[Work order]: Restate, word for word, the lines from the opening line of the data through the line containing "v6 (167.821284,0,-392.910642)", both included, and nothing else.

[Supplied material]:

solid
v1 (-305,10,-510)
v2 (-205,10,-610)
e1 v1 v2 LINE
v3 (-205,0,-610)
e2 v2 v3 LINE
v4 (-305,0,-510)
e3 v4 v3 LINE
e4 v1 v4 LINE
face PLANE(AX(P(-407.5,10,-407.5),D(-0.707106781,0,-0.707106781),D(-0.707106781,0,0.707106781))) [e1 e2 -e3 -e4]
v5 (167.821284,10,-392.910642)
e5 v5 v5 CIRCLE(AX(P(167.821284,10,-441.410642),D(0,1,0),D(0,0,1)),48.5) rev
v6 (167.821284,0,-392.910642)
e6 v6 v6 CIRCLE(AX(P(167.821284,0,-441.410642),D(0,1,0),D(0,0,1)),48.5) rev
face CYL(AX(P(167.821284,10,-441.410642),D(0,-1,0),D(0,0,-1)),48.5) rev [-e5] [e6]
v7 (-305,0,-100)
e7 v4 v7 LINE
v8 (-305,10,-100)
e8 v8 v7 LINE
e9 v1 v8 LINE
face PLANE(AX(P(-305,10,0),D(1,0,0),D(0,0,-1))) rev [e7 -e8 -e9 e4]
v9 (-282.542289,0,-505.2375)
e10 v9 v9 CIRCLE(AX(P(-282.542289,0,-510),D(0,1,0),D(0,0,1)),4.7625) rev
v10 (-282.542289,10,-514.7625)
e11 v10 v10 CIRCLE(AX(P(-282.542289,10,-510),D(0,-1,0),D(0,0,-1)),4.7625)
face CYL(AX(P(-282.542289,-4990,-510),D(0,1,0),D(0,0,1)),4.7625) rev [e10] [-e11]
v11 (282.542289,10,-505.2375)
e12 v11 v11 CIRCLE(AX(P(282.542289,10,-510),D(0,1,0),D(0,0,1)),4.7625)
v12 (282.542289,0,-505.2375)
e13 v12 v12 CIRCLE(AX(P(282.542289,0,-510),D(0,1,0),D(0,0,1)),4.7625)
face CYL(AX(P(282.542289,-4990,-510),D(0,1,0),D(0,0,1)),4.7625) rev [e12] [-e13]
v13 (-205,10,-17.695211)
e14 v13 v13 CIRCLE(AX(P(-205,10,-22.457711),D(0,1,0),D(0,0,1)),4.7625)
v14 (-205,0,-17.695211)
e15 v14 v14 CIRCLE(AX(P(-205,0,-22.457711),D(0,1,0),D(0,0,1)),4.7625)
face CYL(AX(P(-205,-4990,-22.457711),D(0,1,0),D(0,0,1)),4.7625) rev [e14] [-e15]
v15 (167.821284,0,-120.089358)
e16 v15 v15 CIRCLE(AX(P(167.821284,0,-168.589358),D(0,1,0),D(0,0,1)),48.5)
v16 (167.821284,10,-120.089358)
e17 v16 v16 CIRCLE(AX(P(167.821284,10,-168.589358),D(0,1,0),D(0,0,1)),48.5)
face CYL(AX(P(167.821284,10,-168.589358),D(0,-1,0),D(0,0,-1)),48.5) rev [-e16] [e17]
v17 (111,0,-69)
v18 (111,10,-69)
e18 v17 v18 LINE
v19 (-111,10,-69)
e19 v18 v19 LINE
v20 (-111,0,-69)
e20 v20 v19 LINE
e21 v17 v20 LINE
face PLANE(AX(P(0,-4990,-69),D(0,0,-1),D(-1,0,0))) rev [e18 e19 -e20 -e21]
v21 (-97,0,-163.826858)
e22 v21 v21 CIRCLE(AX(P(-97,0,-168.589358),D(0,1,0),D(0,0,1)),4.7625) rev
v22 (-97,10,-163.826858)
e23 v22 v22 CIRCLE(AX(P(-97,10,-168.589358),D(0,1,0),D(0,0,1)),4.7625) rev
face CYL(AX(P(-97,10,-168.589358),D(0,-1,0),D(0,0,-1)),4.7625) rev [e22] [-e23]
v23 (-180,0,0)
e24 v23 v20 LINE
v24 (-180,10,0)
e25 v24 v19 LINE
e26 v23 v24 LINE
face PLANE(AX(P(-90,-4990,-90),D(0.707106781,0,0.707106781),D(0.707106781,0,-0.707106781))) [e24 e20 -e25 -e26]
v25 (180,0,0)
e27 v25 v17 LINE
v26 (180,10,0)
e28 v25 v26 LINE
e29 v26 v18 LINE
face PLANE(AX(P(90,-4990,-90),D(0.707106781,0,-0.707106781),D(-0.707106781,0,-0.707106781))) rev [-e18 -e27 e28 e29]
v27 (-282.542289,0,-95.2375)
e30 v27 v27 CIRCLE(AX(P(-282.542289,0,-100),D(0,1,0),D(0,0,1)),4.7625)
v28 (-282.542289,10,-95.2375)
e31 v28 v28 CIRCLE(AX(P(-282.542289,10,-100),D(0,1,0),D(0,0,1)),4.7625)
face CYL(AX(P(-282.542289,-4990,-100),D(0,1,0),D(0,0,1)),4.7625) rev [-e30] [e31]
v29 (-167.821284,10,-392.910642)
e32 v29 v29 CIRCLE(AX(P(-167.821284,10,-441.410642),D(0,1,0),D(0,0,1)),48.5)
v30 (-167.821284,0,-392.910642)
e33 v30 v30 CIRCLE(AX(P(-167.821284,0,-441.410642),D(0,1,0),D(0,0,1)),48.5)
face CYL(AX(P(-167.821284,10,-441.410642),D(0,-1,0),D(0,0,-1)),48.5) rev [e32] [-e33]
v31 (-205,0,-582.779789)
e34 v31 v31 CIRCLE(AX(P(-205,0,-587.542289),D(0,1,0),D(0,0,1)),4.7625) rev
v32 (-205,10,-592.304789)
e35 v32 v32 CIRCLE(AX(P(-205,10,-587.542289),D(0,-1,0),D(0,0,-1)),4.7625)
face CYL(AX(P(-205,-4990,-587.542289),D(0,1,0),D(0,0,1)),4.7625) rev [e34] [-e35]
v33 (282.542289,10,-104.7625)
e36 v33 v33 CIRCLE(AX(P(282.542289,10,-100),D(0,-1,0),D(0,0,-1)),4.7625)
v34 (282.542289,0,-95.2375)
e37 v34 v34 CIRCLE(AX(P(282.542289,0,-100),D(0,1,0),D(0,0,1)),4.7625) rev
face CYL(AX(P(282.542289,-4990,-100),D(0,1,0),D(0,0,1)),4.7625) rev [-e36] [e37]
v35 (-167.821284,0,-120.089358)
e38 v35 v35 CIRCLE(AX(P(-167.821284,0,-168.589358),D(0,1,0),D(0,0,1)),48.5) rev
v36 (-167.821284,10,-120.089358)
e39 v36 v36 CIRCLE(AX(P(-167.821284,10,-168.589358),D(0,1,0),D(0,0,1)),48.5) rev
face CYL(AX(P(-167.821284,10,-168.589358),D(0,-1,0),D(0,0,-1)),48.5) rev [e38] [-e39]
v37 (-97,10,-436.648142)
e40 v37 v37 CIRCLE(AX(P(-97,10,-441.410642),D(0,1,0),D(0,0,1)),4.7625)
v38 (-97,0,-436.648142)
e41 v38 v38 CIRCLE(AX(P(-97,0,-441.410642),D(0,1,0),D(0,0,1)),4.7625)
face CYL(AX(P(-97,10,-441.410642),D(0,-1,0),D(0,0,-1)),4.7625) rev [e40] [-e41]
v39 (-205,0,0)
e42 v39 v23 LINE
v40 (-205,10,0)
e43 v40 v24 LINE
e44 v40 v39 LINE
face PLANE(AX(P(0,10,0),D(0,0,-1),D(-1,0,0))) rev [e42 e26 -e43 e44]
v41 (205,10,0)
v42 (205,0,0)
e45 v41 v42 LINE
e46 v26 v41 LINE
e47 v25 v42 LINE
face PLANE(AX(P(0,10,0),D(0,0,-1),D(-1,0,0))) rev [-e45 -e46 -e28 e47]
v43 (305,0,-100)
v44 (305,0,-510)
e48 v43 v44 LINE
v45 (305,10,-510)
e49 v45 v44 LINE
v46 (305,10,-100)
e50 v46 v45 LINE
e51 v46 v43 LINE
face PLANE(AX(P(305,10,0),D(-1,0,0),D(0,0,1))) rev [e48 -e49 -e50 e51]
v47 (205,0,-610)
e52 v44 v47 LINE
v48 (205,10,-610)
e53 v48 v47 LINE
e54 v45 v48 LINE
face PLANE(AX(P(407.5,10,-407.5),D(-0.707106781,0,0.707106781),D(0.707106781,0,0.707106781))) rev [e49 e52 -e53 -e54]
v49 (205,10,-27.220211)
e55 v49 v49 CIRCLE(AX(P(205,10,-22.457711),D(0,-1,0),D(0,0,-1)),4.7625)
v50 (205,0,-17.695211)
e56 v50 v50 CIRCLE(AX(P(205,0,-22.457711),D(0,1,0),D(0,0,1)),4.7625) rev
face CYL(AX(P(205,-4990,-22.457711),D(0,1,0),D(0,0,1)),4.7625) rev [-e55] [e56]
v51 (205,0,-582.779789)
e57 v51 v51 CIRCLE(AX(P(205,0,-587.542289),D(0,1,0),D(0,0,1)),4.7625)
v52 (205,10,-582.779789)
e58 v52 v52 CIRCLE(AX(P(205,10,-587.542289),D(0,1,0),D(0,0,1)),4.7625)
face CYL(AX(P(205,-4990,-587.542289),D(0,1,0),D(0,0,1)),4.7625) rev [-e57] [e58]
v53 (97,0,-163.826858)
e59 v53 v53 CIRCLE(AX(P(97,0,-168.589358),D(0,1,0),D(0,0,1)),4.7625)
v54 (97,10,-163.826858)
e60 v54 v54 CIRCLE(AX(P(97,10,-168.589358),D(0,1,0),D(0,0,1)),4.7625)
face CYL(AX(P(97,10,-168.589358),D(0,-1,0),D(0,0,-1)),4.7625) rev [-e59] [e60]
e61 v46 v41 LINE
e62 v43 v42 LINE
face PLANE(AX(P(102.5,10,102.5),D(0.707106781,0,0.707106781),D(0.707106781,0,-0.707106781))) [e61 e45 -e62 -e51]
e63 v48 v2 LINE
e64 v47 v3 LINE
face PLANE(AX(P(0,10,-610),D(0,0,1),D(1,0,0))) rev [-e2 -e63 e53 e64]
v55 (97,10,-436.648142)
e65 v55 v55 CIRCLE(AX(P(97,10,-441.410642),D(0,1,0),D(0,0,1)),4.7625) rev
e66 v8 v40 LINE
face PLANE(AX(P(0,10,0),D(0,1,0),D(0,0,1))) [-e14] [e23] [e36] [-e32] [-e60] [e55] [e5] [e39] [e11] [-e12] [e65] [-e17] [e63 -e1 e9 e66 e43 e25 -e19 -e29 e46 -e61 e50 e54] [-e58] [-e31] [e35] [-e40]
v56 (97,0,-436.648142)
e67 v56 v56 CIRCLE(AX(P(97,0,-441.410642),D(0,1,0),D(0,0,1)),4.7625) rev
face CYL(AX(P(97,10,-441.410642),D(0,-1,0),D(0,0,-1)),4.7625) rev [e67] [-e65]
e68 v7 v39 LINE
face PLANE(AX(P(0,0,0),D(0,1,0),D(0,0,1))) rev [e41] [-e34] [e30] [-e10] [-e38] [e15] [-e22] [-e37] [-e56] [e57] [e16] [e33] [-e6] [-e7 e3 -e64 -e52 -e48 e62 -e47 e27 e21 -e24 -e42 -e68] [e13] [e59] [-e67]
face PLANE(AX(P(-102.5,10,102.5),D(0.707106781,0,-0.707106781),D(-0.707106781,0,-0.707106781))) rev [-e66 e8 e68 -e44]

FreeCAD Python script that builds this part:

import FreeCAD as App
import Part
import Sketcher


def add_polygon(sketch, points):
    """Adds a closed chain of lines whose ends are joined by coincident constraints."""
    first, n = sketch.GeometryCount, len(points)
    for a, b in zip(points, points[1:] + points[:1]):
        sketch.addGeometry(Part.LineSegment(App.Vector(*a, 0), App.Vector(*b, 0)), False)
    for i in range(n):
        sketch.addConstraint(Sketcher.Constraint("Coincident", first + i, 2, first + (i + 1) % n, 1))

doc = App.newDocument("Part")
params = doc.addObject("Spreadsheet::Sheet", "Params")
for row, (alias, value) in enumerate([
    ("sketch1_diameter", "97 mm"),
    ("sketch1_width", "410 mm"),
    ("pad1_length", "10 mm"),
    ("sketch2_width", "360 mm"),
    ("sketch2_width2", "222 mm"),
    ("pocket1_length", "5000 mm"),
    ("pocket2_length", "5000 mm"),
], start=1):
    params.set(f"A{row}", alias)
    params.set(f"B{row}", "=" + value)
    params.setAlias(f"B{row}", alias)

body = doc.addObject("PartDesign::Body", "Body")

# Sketch on XZ plane
sketch1 = body.newObject("Sketcher::SketchObject", "Sketch")
sketch1.AttachmentSupport = (doc.getObject("XZ_Plane"), [""])
sketch1.MapMode = "FlatFace"
add_polygon(sketch1, [(205, -610), (-205, -610), (-305, -510), (-305, -100), (-205, 0), (205, 0), (305, -100), (305, -510)])  # lines 0-7
sketch1.addGeometry(Part.Circle(App.Vector(-167.8, -168.6, 0), App.Vector(0, 0, 1), 48.5), False)  # 8
sketch1.addGeometry(Part.Circle(App.Vector(-97, -168.6, 0), App.Vector(0, 0, 1), 4.8), False)  # 9
sketch1.addGeometry(Part.Circle(App.Vector(97, -168.6, 0), App.Vector(0, 0, 1), 4.8), False)  # 10
sketch1.addGeometry(Part.Circle(App.Vector(167.8, -168.6, 0), App.Vector(0, 0, 1), 48.5), False)  # 11
sketch1.addGeometry(Part.Circle(App.Vector(-167.8, -441.4, 0), App.Vector(0, 0, 1), 48.5), False)  # 12
sketch1.addGeometry(Part.Circle(App.Vector(-97, -441.4, 0), App.Vector(0, 0, 1), 4.8), False)  # 13
sketch1.addGeometry(Part.Circle(App.Vector(97, -441.4, 0), App.Vector(0, 0, 1), 4.8), False)  # 14
sketch1.addGeometry(Part.Circle(App.Vector(167.8, -441.4, 0), App.Vector(0, 0, 1), 48.5), False)  # 15
sketch1.addConstraint([
    Sketcher.Constraint("Horizontal", 0),
    Sketcher.Constraint("Vertical", 2),
    Sketcher.Constraint("Horizontal", 4),
    Sketcher.Constraint("Vertical", 6),
    Sketcher.Constraint("Equal", 9, 10),
    Sketcher.Constraint("Equal", 8, 11),
    Sketcher.Constraint("Equal", 11, 12),
    Sketcher.Constraint("Equal", 10, 13),
    Sketcher.Constraint("Equal", 13, 14),
    Sketcher.Constraint("Equal", 12, 15),
    Sketcher.Constraint("Symmetric", 3, 2, 4, 2, -1, 1),
    Sketcher.Constraint("Symmetric", 9, 3, 10, 3, -2),
    Sketcher.Constraint("Symmetric", 8, 3, 11, 3, -2),
    Sketcher.Constraint("Symmetric", 13, 3, 14, 3, -2),
    Sketcher.Constraint("Symmetric", 12, 3, 15, 3, -2),
    Sketcher.Constraint("Symmetric", 2, 2, 5, 2, -2),
    Sketcher.Constraint("Perpendicular", 1, 3),
    Sketcher.Constraint("Perpendicular", 3, 5),
    Sketcher.Constraint("Perpendicular", 5, 7),
    Sketcher.Constraint("Horizontal", 8, 3, 9, 3),
    Sketcher.Constraint("Horizontal", 12, 3, 13, 3),
    Sketcher.Constraint("Horizontal", 1, 2, 6, 2),
    Sketcher.Constraint("Vertical", 8, 3, 12, 3),
    Sketcher.Constraint("Vertical", 9, 3, 13, 3),
    Sketcher.Constraint("Vertical", 0, 2, 3, 2),
    Sketcher.Constraint("Equal", 4, 2),
    Sketcher.Constraint("Diameter", 8, 97.0),
    Sketcher.Constraint("DistanceX", 0, 2, 0, 1, 410.0),
    Sketcher.Constraint("Diameter", 9, 9.525),
    Sketcher.Constraint("DistanceX", 9, 3, -1, 1, 97.0),
    Sketcher.Constraint("DistanceY", 0, 2, -1, 1, 610.0),
    Sketcher.Constraint("DistanceX", 8, 3, 11, 3, 335.642569),
    Sketcher.Constraint("DistanceY", 8, 3, -1, 1, 168.589358),
    Sketcher.Constraint("DistanceY", 12, 3, -1, 1, 441.410642),
])
sketch1.setExpression("Constraints[34]", "Params.sketch1_diameter")
sketch1.setExpression("Constraints[35]", "Params.sketch1_width")
pad1 = body.newObject("PartDesign::Pad", "Pad")
pad1.Profile = sketch1
pad1.setExpression("Length", "Params.pad1_length")
pad1.Reversed = True

# Sketch on XZ plane
sketch2 = body.newObject("Sketcher::SketchObject", "Sketch001")
sketch2.AttachmentSupport = (doc.getObject("XZ_Plane"), [""])
sketch2.MapMode = "FlatFace"
sketch2.AttachmentOffset = App.Placement(App.Vector(0, 0, -10), App.Rotation())
add_polygon(sketch2, [(-111, -69), (-180, 0), (180, 0), (111, -69)])  # lines 0-3
sketch2.addConstraint([
    Sketcher.Constraint("Horizontal", 1),
    Sketcher.Constraint("Horizontal", 3),
    Sketcher.Constraint("Symmetric", 0, 2, 1, 2, -1, 1),
    Sketcher.Constraint("Perpendicular", 0, 2),
    Sketcher.Constraint("Equal", 0, 2),
    Sketcher.Constraint("DistanceX", 1, 1, 1, 2, 360.0),
    Sketcher.Constraint("DistanceX", 3, 2, 3, 1, 222.0),
])
sketch2.setExpression("Constraints[9]", "Params.sketch2_width")
sketch2.setExpression("Constraints[10]", "Params.sketch2_width2")
pocket1 = body.newObject("PartDesign::Pocket", "Pocket")
pocket1.Profile = sketch2
pocket1.setExpression("Length", "Params.pocket1_length")
pocket1.Reversed = True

[Your solution]:
solid
v1 (-305,10,-510)
v2 (-205,10,-610)
e1 v1 v2 LINE
v3 (-205,0,-610)
e2 v2 v3 LINE
v4 (-305,0,-510)
e3 v4 v3 LINE
e4 v1 v4 LINE
face PLANE(AX(P(-407.5,10,-407.5),D(-0.707106781,0,-0.707106781),D(-0.707106781,0,0.707106781))) [e1 e2 -e3 -e4]
v5 (167.821284,10,-392.910642)
e5 v5 v5 CIRCLE(AX(P(167.821284,10,-441.410642),D(0,1,0),D(0,0,1)),48.5) rev
v6 (167.821284,0,-392.910642)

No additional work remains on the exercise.